**The input**.
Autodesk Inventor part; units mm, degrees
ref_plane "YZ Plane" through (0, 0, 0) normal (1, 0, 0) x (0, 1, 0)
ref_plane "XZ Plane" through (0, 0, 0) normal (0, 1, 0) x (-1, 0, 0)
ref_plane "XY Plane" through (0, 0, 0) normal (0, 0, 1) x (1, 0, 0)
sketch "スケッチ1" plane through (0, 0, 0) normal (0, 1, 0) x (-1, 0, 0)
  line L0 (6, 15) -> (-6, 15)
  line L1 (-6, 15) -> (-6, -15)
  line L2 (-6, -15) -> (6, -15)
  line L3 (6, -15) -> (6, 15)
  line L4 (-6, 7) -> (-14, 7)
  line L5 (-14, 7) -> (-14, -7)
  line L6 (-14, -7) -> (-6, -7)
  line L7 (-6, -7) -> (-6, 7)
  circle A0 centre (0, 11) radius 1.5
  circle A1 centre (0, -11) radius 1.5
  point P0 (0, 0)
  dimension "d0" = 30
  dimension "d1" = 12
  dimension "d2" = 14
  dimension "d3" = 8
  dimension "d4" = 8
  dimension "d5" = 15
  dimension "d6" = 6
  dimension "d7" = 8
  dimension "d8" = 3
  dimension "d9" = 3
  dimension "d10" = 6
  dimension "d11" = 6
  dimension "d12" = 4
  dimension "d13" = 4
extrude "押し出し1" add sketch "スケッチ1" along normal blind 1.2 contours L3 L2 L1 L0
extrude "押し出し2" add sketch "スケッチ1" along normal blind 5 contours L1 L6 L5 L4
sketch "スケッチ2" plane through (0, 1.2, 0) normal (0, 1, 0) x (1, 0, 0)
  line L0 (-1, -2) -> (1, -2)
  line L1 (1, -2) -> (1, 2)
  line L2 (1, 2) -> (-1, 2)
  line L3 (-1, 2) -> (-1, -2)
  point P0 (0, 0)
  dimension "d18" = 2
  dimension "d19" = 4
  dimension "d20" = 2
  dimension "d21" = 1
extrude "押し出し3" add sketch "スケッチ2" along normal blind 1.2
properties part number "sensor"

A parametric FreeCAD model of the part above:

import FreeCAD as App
import Part
import Sketcher
Q = App.Units.Quantity


def add_polygon(sketch, points):
    """Adds a closed chain of lines whose ends are joined by coincident constraints."""
    first, n = sketch.GeometryCount, len(points)
    for a, b in zip(points, points[1:] + points[:1]):
        sketch.addGeometry(Part.LineSegment(App.Vector(*a, 0), App.Vector(*b, 0)), False)
    for i in range(n):
        sketch.addConstraint(Sketcher.Constraint("Coincident", first + i, 2, first + (i + 1) % n, 1))

doc = App.newDocument("Part")
body = doc.addObject("PartDesign::Body", "Body")

sketch1 = doc.addObject("Sketcher::SketchObject", "Sketch")
body.addObject(sketch1)
sketch1.AttachmentSupport = (doc.XZ_Plane, [""])
sketch1.MapMode = "FlatFace"
add_polygon(sketch1, [(-6, -15), (-6, 15), (6, 15), (6, -15)])
sketch1.addGeometry(Part.Circle(App.Vector(0, -11, 0), App.Vector(0, 0, 1), 1.5), False)
sketch1.addGeometry(Part.Circle(App.Vector(0, 11, 0), App.Vector(0, 0, 1), 1.5), False)
sketch1.addConstraint(Sketcher.Constraint("Vertical", 0))
sketch1.addConstraint(Sketcher.Constraint("Horizontal", 1))
sketch1.addConstraint(Sketcher.Constraint("Vertical", 2))
sketch1.addConstraint(Sketcher.Constraint("Horizontal", 3))
sketch1.addConstraint(Sketcher.Constraint("Equal", 4, 5))
sketch1.addConstraint(Sketcher.Constraint("Symmetric", 4, 3, 5, 3, -1, 1))
sketch1.addConstraint(Sketcher.Constraint("Symmetric", 0, 2, 2, 2, -1, 1))
sketch1.addConstraint(Sketcher.Constraint("PointOnObject", 4, 3, -2))
sketch1.addConstraint(Sketcher.Constraint("Diameter", 4, Q("3 mm")))
sketch1.addConstraint(Sketcher.Constraint("DistanceX", 1, 1, 1, 2, Q("12 mm")))
sketch1.addConstraint(Sketcher.Constraint("DistanceY", 0, 1, 0, 2, Q("30 mm")))
sketch1.addConstraint(Sketcher.Constraint("DistanceY", 5, 3, 0, 2, Q("4 mm")))
pad1 = doc.addObject("PartDesign::Pad", "Pad")
body.addObject(pad1)
pad1.Profile = sketch1
pad1.Length = 1.2
pad1.Reversed = True

sketch2 = doc.addObject("Sketcher::SketchObject", "Sketch001")
body.addObject(sketch2)
sketch2.AttachmentSupport = (doc.XZ_Plane, [""])
sketch2.MapMode = "FlatFace"
add_polygon(sketch2, [(6, -7), (6, 7), (14, 7), (14, -7)])
sketch2.addConstraint(Sketcher.Constraint("Vertical", 0))
sketch2.addConstraint(Sketcher.Constraint("Horizontal", 1))
sketch2.addConstraint(Sketcher.Constraint("Vertical", 2))
sketch2.addConstraint(Sketcher.Constraint("Horizontal", 3))
sketch2.addConstraint(Sketcher.Constraint("DistanceX", 1, 1, 1, 2, Q("8 mm")))
sketch2.addConstraint(Sketcher.Constraint("DistanceY", 0, 1, 0, 2, Q("14 mm")))
sketch2.addConstraint(Sketcher.Constraint("DistanceX", -1, 1, 0, 2, Q("6 mm")))
sketch2.addConstraint(Sketcher.Constraint("DistanceY", -1, 1, 0, 2, Q("7 mm")))
pad2 = doc.addObject("PartDesign::Pad", "Pad001")
body.addObject(pad2)
pad2.Profile = sketch2
pad2.Length = 5
pad2.Reversed = True

sketch3 = doc.addObject("Sketcher::SketchObject", "Sketch002")
body.addObject(sketch3)
sketch3.AttachmentSupport = (doc.XZ_Plane, [""])
sketch3.MapMode = "FlatFace"
sketch3.AttachmentOffset = App.Placement(App.Vector(0, 0, -1.2), App.Rotation())
add_polygon(sketch3, [(-1, -2), (-1, 2), (1, 2), (1, -2)])
sketch3.addConstraint(Sketcher.Constraint("Vertical", 0))
sketch3.addConstraint(Sketcher.Constraint("Horizontal", 1))
sketch3.addConstraint(Sketcher.Constraint("Vertical", 2))
sketch3.addConstraint(Sketcher.Constraint("Horizontal", 3))
sketch3.addConstraint(Sketcher.Constraint("Symmetric", 0, 2, 2, 2, -1, 1))
sketch3.addConstraint(Sketcher.Constraint("DistanceX", 1, 1, 1, 2, Q("2 mm")))
sketch3.addConstraint(Sketcher.Constraint("DistanceY", 0, 1, 0, 2, Q("4 mm")))
pad3 = doc.addObject("PartDesign::Pad", "Pad002")
body.addObject(pad3)
pad3.Profile = sketch3
pad3.Length = 1.2
pad3.Reversed = True

doc.recompute()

**Work to complete**.
Put down each entry again, unchanged and complete.

**Result**.
Autodesk Inventor part; units mm, degrees
ref_plane "YZ Plane" through (0, 0, 0) normal (1, 0, 0) x (0, 1, 0)
ref_plane "XZ Plane" through (0, 0, 0) normal (0, 1, 0) x (-1, 0, 0)
ref_plane "XY Plane" through (0, 0, 0) normal (0, 0, 1) x (1, 0, 0)
sketch "スケッチ1" plane through (0, 0, 0) normal (0, 1, 0) x (-1, 0, 0)
  line L0 (6, 15) -> (-6, 15)
  line L1 (-6, 15) -> (-6, -15)
  line L2 (-6, -15) -> (6, -15)
  line L3 (6, -15) -> (6, 15)
  line L4 (-6, 7) -> (-14, 7)
  line L5 (-14, 7) -> (-14, -7)
  line L6 (-14, -7) -> (-6, -7)
  line L7 (-6, -7) -> (-6, 7)
  circle A0 centre (0, 11) radius 1.5
  circle A1 centre (0, -11) radius 1.5
  point P0 (0, 0)
  dimension "d0" = 30
  dimension "d1" = 12
  dimension "d2" = 14
  dimension "d3" = 8
  dimension "d4" = 8
  dimension "d5" = 15
  dimension "d6" = 6
  dimension "d7" = 8
  dimension "d8" = 3
  dimension "d9" = 3
  dimension "d10" = 6
  dimension "d11" = 6
  dimension "d12" = 4
  dimension "d13" = 4
extrude "押し出し1" add sketch "スケッチ1" along normal blind 1.2 contours L3 L2 L1 L0
extrude "押し出し2" add sketch "スケッチ1" along normal blind 5 contours L1 L6 L5 L4
sketch "スケッチ2" plane through (0, 1.2, 0) normal (0, 1, 0) x (1, 0, 0)
  line L0 (-1, -2) -> (1, -2)
  line L1 (1, -2) -> (1, 2)
  line L2 (1, 2) -> (-1, 2)
  line L3 (-1, 2) -> (-1, -2)
  point P0 (0, 0)
  dimension "d18" = 2
  dimension "d19" = 4
  dimension "d20" = 2
  dimension "d21" = 1
extrude "押し出し3" add sketch "スケッチ2" along normal blind 1.2
properties part number "sensor"

A parametric FreeCAD model of the part above:

import FreeCAD as App
import Part
import Sketcher
Q = App.Units.Quantity


def add_polygon(sketch, points):
    """Adds a closed chain of lines whose ends are joined by coincident constraints."""
    first, n = sketch.GeometryCount, len(points)
    for a, b in zip(points, points[1:] + points[:1]):
        sketch.addGeometry(Part.LineSegment(App.Vector(*a, 0), App.Vector(*b, 0)), False)
    for i in range(n):
        sketch.addConstraint(Sketcher.Constraint("Coincident", first + i, 2, first + (i + 1) % n, 1))

doc = App.newDocument("Part")
body = doc.addObject("PartDesign::Body", "Body")

sketch1 = doc.addObject("Sketcher::SketchObject", "Sketch")
body.addObject(sketch1)
sketch1.AttachmentSupport = (doc.XZ_Plane, [""])
sketch1.MapMode = "FlatFace"
add_polygon(sketch1, [(-6, -15), (-6, 15), (6, 15), (6, -15)])
sketch1.addGeometry(Part.Circle(App.Vector(0, -11, 0), App.Vector(0, 0, 1), 1.5), False)
sketch1.addGeometry(Part.Circle(App.Vector(0, 11, 0), App.Vector(0, 0, 1), 1.5), False)
sketch1.addConstraint(Sketcher.Constraint("Vertical", 0))
sketch1.addConstraint(Sketcher.Constraint("Horizontal", 1))
sketch1.addConstraint(Sketcher.Constraint("Vertical", 2))
sketch1.addConstraint(Sketcher.Constraint("Horizontal", 3))
sketch1.addConstraint(Sketcher.Constraint("Equal", 4, 5))
sketch1.addConstraint(Sketcher.Constraint("Symmetric", 4, 3, 5, 3, -1, 1))
sketch1.addConstraint(Sketcher.Constraint("Symmetric", 0, 2, 2, 2, -1, 1))
sketch1.addConstraint(Sketcher.Constraint("PointOnObject", 4, 3, -2))
sketch1.addConstraint(Sketcher.Constraint("Diameter", 4, Q("3 mm")))
sketch1.addConstraint(Sketcher.Constraint("DistanceX", 1, 1, 1, 2, Q("12 mm")))
sketch1.addConstraint(Sketcher.Constraint("DistanceY", 0, 1, 0, 2, Q("30 mm")))
sketch1.addConstraint(Sketcher.Constraint("DistanceY", 5, 3, 0, 2, Q("4 mm")))
pad1 = doc.addObject("PartDesign::Pad", "Pad")
body.addObject(pad1)
pad1.Profile = sketch1
pad1.Length = 1.2
pad1.Reversed = True

sketch2 = doc.addObject("Sketcher::SketchObject", "Sketch001")
body.addObject(sketch2)
sketch2.AttachmentSupport = (doc.XZ_Plane, [""])
sketch2.MapMode = "FlatFace"
add_polygon(sketch2, [(6, -7), (6, 7), (14, 7), (14, -7)])
sketch2.addConstraint(Sketcher.Constraint("Vertical", 0))
sketch2.addConstraint(Sketcher.Constraint("Horizontal", 1))
sketch2.addConstraint(Sketcher.Constraint("Vertical", 2))
sketch2.addConstraint(Sketcher.Constraint("Horizontal", 3))
sketch2.addConstraint(Sketcher.Constraint("DistanceX", 1, 1, 1, 2, Q("8 mm")))
sketch2.addConstraint(Sketcher.Constraint("DistanceY", 0, 1, 0, 2, Q("14 mm")))
sketch2.addConstraint(Sketcher.Constraint("DistanceX", -1, 1, 0, 2, Q("6 mm")))
sketch2.addConstraint(Sketcher.Constraint("DistanceY", -1, 1, 0, 2, Q("7 mm")))
pad2 = doc.addObject("PartDesign::Pad", "Pad001")
body.addObject(pad2)
pad2.Profile = sketch2
pad2.Length = 5
pad2.Reversed = True

sketch3 = doc.addObject("Sketcher::SketchObject", "Sketch002")
body.addObject(sketch3)
sketch3.AttachmentSupport = (doc.XZ_Plane, [""])
sketch3.MapMode = "FlatFace"
sketch3.AttachmentOffset = App.Placement(App.Vector(0, 0, -1.2), App.Rotation())
add_polygon(sketch3, [(-1, -2), (-1, 2), (1, 2), (1, -2)])
sketch3.addConstraint(Sketcher.Constraint("Vertical", 0))
sketch3.addConstraint(Sketcher.Constraint("Horizontal", 1))
sketch3.addConstraint(Sketcher.Constraint("Vertical", 2))
sketch3.addConstraint(Sketcher.Constraint("Horizontal", 3))
sketch3.addConstraint(Sketcher.Constraint("Symmetric", 0, 2, 2, 2, -1, 1))
sketch3.addConstraint(Sketcher.Constraint("DistanceX", 1, 1, 1, 2, Q("2 mm")))
sketch3.addConstraint(Sketcher.Constraint("DistanceY", 0, 1, 0, 2, Q("4 mm")))
pad3 = doc.addObject("PartDesign::Pad", "Pad002")
body.addObject(pad3)
pad3.Profile = sketch3
pad3.Length = 1.2
pad3.Reversed = True

doc.recompute()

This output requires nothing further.